DATA THEFT IN CYBER SPACE
The rapid development of Information technology poses new challenges before the law. These challenges are not confined to any single traditional legal category but arise in, for example, Criminal Law, Intellectual Property Law, Contract and Tort. One such challenge is the growing menace of Data Theft. It is the term used when any information in the form of data is illegally copied or taken from a business or other individual without his knowledge or consent.
Data as a valuable asset
Data is a valuable asset in this modern era of Information Technology (IT). Data is an important raw-material for Call Centers and I.T. Companies. Data has also become an important tool and weapon for Corporates to capture larger market shares. Due to the importance of Data in this new era, its security has become a major issue with the I.T. industry. The piracy of data is a threat, faced by the I.T. players, who spend millions to compile or buy data from the market. Their profits depend upon the security of the Data.
The major issue regarding Data Theft is its International character, for example Systems may be accessed in USA, the data manipulated in China and the consequences felt in India. The result of this ability is that different sovereignties, jurisdictions, laws and rules will come into play which again is an issue in itself. Further, collection of evidence in such circumstances become another issue as investigation in three different countries, all of whom may not be in talking terms, is almost impossible and poor technical know-how of our cops adds to the woes. Also, the lack of coordination between different investigating agencies and a not-so-sure extradition process is another head ache. However the biggest of all these issues is the lack of specific laws in the country dealing with this crime, so even if the culprit is caught he can easily get away by picking and choosing any of the of various loopholes in our law.

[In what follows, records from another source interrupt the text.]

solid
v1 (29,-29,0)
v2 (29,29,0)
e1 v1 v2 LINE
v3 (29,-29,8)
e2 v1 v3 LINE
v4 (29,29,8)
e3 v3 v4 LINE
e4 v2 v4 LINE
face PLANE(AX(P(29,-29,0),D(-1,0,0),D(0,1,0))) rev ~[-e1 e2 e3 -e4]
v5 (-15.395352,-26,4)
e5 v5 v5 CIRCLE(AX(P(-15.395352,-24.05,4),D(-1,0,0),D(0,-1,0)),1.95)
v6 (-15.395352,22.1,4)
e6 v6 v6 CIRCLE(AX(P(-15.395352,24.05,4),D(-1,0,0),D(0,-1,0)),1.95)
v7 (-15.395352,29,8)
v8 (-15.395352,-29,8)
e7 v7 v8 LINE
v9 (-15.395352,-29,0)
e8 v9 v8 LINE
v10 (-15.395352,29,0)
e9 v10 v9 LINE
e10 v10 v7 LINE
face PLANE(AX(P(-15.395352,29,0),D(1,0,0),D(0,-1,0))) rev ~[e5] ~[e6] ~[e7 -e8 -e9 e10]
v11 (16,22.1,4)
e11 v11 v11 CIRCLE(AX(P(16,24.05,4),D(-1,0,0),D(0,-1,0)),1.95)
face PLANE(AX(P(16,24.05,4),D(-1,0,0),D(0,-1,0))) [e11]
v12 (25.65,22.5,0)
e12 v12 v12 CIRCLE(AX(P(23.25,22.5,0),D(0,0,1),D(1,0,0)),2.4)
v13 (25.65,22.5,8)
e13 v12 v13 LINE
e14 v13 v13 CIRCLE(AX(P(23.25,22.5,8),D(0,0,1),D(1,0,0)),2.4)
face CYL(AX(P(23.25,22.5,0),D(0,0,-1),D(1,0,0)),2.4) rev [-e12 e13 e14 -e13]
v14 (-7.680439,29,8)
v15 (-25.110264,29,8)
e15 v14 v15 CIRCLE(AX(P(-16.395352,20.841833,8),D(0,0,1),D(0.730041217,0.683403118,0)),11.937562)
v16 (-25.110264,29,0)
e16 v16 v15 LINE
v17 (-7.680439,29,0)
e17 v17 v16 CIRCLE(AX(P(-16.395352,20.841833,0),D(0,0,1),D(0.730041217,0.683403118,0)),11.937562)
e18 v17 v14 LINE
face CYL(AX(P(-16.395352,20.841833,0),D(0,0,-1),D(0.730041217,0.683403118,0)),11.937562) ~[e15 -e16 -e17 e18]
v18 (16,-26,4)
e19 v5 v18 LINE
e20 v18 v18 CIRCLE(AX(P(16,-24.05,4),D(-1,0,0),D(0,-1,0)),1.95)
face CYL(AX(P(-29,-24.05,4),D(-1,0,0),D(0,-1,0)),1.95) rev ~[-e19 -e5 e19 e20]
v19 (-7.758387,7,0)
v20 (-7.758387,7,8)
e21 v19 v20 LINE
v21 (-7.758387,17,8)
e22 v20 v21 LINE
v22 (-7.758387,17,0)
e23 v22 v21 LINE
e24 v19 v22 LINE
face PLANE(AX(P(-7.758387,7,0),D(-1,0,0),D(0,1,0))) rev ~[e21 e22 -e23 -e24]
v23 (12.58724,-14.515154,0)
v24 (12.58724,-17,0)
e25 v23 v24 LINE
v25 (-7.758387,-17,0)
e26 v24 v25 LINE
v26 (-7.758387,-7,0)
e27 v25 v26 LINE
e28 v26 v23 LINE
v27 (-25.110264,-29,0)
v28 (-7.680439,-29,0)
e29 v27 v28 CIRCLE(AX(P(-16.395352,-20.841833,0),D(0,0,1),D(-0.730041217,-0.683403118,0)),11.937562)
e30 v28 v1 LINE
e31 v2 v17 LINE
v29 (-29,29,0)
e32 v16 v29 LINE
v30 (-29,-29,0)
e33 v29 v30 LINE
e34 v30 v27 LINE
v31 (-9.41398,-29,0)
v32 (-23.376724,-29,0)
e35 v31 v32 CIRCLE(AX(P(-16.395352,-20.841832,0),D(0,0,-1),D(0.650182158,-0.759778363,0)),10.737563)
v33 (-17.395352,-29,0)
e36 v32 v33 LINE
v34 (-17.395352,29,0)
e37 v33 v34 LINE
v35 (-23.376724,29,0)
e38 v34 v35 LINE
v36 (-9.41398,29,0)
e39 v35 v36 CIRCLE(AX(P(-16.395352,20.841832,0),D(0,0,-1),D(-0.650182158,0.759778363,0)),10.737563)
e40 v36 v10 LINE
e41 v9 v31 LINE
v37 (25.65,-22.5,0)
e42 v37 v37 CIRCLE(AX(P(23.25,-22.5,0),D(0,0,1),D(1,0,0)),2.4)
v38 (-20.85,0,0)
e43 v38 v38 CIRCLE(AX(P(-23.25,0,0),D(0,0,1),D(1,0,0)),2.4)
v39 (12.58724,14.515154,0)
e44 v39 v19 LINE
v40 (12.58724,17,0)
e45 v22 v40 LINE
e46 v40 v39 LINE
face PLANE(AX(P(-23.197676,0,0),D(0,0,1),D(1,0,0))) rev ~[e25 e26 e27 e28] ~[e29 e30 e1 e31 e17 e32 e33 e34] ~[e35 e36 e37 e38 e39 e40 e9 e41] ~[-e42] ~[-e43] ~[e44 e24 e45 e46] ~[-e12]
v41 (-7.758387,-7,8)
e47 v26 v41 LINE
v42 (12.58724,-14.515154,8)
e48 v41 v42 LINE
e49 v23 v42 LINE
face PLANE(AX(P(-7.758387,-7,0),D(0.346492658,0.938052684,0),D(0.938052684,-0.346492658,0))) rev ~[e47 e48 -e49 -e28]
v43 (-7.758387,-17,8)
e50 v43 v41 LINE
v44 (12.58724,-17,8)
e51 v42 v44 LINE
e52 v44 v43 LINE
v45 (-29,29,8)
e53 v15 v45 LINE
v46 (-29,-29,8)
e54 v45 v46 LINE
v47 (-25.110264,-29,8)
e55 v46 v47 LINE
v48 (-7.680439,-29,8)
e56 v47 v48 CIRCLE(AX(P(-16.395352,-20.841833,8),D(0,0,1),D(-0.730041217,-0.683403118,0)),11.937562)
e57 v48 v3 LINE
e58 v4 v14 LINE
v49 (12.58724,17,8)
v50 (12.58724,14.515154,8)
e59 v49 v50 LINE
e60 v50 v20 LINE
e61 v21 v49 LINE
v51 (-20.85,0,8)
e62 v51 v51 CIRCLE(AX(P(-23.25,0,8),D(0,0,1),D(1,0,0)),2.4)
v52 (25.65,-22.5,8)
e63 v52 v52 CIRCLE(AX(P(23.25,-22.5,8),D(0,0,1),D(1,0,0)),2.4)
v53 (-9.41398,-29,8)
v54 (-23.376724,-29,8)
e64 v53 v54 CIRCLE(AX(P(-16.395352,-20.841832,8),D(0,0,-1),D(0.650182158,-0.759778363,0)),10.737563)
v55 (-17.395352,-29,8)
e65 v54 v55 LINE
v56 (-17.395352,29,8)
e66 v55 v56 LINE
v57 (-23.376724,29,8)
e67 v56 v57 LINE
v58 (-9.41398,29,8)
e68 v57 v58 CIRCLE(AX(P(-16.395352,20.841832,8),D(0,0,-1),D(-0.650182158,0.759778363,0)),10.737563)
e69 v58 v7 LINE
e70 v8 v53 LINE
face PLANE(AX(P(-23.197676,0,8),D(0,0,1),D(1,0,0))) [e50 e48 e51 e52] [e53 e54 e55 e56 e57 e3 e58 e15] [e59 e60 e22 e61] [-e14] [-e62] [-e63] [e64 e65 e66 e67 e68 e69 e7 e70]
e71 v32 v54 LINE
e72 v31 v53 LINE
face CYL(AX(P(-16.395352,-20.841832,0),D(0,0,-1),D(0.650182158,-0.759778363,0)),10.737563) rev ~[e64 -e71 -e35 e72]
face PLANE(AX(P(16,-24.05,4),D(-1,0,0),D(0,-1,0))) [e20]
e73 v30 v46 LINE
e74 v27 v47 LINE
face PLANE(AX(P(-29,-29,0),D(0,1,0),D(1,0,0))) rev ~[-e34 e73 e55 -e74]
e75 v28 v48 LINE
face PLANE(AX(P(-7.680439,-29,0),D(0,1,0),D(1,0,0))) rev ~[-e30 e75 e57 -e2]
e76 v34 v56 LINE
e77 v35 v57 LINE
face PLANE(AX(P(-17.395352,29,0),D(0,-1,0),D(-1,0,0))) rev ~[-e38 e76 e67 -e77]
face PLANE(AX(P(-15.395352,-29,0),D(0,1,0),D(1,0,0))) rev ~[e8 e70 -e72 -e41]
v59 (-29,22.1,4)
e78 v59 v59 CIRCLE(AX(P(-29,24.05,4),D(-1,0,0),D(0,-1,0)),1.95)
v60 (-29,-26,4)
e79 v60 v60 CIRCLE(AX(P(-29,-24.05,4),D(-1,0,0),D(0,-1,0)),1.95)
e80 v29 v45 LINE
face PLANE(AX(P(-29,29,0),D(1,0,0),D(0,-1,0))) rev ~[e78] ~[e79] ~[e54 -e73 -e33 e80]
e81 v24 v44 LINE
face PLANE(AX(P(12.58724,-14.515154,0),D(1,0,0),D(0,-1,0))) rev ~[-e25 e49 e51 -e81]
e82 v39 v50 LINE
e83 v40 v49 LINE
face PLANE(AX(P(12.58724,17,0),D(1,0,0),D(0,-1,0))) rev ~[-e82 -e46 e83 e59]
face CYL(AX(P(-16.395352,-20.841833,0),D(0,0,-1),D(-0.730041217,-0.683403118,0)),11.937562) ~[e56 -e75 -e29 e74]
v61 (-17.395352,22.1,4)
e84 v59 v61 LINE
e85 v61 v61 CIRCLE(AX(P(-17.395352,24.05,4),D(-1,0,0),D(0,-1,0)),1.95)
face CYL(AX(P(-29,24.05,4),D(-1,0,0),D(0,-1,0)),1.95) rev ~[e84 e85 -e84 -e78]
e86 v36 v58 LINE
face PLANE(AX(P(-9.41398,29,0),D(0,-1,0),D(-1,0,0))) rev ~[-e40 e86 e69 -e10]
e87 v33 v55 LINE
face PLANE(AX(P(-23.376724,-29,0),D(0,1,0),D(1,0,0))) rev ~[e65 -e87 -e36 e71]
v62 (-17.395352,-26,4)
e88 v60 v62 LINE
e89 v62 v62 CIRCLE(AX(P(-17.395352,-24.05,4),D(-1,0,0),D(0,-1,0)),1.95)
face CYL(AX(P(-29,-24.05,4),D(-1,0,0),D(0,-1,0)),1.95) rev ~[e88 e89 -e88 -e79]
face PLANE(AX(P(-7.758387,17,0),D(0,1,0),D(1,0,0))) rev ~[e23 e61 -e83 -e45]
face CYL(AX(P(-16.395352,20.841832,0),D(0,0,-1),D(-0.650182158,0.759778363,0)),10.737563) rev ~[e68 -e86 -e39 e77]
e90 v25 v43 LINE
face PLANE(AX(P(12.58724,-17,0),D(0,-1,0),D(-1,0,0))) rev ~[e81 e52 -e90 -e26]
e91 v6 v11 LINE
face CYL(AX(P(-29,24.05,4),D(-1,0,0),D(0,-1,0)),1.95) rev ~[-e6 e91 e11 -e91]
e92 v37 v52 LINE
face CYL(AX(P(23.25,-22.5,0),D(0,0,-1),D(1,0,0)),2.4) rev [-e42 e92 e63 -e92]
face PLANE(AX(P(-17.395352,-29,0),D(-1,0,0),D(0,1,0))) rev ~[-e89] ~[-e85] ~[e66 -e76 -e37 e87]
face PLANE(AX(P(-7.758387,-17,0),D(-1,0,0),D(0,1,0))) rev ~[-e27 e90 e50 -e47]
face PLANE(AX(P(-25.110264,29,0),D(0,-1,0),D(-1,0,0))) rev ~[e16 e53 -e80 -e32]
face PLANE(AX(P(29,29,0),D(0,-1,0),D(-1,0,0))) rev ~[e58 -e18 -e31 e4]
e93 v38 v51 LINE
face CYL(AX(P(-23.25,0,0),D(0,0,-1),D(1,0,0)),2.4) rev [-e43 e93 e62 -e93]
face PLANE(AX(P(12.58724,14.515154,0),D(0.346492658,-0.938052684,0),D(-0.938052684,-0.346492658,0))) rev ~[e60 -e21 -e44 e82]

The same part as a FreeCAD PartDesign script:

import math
import FreeCAD as App
import Part
import Sketcher

V = App.Vector


def add_polygon(sketch, points):
    """Adds a closed chain of lines whose ends are joined by coincident constraints."""
    first, n = sketch.GeometryCount, len(points)
    for a, b in zip(points, points[1:] + points[:1]):
        sketch.addGeometry(Part.LineSegment(App.Vector(*a, 0), App.Vector(*b, 0)), False)
    for i in range(n):
        sketch.addConstraint(Sketcher.Constraint("Coincident", first + i, 2, first + (i + 1) % n, 1))

doc = App.newDocument("Part")
body = doc.addObject("PartDesign::Body", "Body")

sketch1 = doc.addObject("Sketcher::SketchObject", "Sketch")
body.addObject(sketch1)
sketch1.AttachmentSupport = (doc.XY_Plane, [""])
sketch1.MapMode = "FlatFace"
sketch1.addGeometry(Part.LineSegment(V(-29, 29, 0), V(-29, -29, 0)), False)
sketch1.addGeometry(Part.LineSegment(V(-29, -29, 0), V(-25.110264, -29, 0)), False)
sketch1.addGeometry(Part.ArcOfCircle(Part.Circle(V(-16.395352, -20.841833, 0), V(0, 0, 1), 11.937562), math.radians(-136.88985), math.radians(-43.11015)), False)
sketch1.addGeometry(Part.LineSegment(V(-7.680439, -29, 0), V(29, -29, 0)), False)
sketch1.addGeometry(Part.LineSegment(V(29, -29, 0), V(29, 29, 0)), False)
sketch1.addGeometry(Part.LineSegment(V(29, 29, 0), V(-7.680439, 29, 0)), False)
sketch1.addGeometry(Part.ArcOfCircle(Part.Circle(V(-16.395352, 20.841833, 0), V(0, 0, 1), 11.937562), math.radians(43.11015), math.radians(136.88985)), False)
sketch1.addGeometry(Part.LineSegment(V(-25.110264, 29, 0), V(-29, 29, 0)), False)
sketch1.addGeometry(Part.LineSegment(V(-9.41398, 29, 0), V(-15.395352, 29, 0)), False)
sketch1.addGeometry(Part.LineSegment(V(-15.395352, 29, 0), V(-15.395352, -29, 0)), False)
sketch1.addGeometry(Part.LineSegment(V(-15.395352, -29, 0), V(-9.41398, -29, 0)), False)
sketch1.addGeometry(Part.ArcOfCircle(Part.Circle(V(-16.395352, -20.841832, 0), V(0, 0, 1), 10.737563), math.radians(-130.555337), math.radians(-49.444663)), False)
sketch1.addGeometry(Part.LineSegment(V(-23.376724, -29, 0), V(-17.395352, -29, 0)), False)
sketch1.addGeometry(Part.LineSegment(V(-17.395352, -29, 0), V(-17.395352, 29, 0)), False)
sketch1.addGeometry(Part.LineSegment(V(-17.395352, 29, 0), V(-23.376724, 29, 0)), False)
sketch1.addGeometry(Part.ArcOfCircle(Part.Circle(V(-16.395352, 20.841832, 0), V(0, 0, 1), 10.737563), math.radians(49.444663), math.radians(130.555337)), False)
sketch1.addGeometry(Part.Circle(V(-23.25, 0, 0), V(0, 0, 1), 2.4), False)
sketch1.addGeometry(Part.Circle(V(23.25, 22.5, 0), V(0, 0, 1), 2.4), False)
add_polygon(sketch1, [(-7.758387, -17), (-7.758387, -7), (12.58724, -14.515154), (12.58724, -17)])
sketch1.addGeometry(Part.Circle(V(23.25, -22.5, 0), V(0, 0, 1), 2.4), False)
add_polygon(sketch1, [(12.58724, 14.515154), (-7.758387, 7), (-7.758387, 17), (12.58724, 17)])
sketch1.addConstraint([
    Sketcher.Constraint("Coincident", 0, 2, 1, 1),
    Sketcher.Constraint("Coincident", 1, 2, 2, 1),
    Sketcher.Constraint("Coincident", 2, 2, 3, 1),
    Sketcher.Constraint("Coincident", 3, 2, 4, 1),
    Sketcher.Constraint("Coincident", 4, 2, 5, 1),
    Sketcher.Constraint("Coincident", 5, 2, 6, 1),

Does India have sufficient Laws?
The problem of data theft which has emerged as one of the major cyber crimes worldwide has attracted little attention of law makers in India. Unlike U.K which has The Data Protection Act, 1984 there is no specific legislation in India to tackle this problem, though India boasts of its Information Technology Act, 2000 to address the ever growing menace of cyber crimes, including data theft. The truth is that our IT Act, 2000 is not well equipped to tackle such crimes. The various provisions of the IT Act, 2000 which deal with the problem to some extent are briefly discussed below.
This section provides protection against destruction and unauthorized access of the computer system by imposing heavy penalty up to one crore. The unauthorized downloading, extraction and copying of data are also covered under this section. Clause ‘C’ of this section imposes penalty for unauthorized introduction of computer viruses of contaminants. Clause ‘G’ provides penalties for assisting the unauthorized access.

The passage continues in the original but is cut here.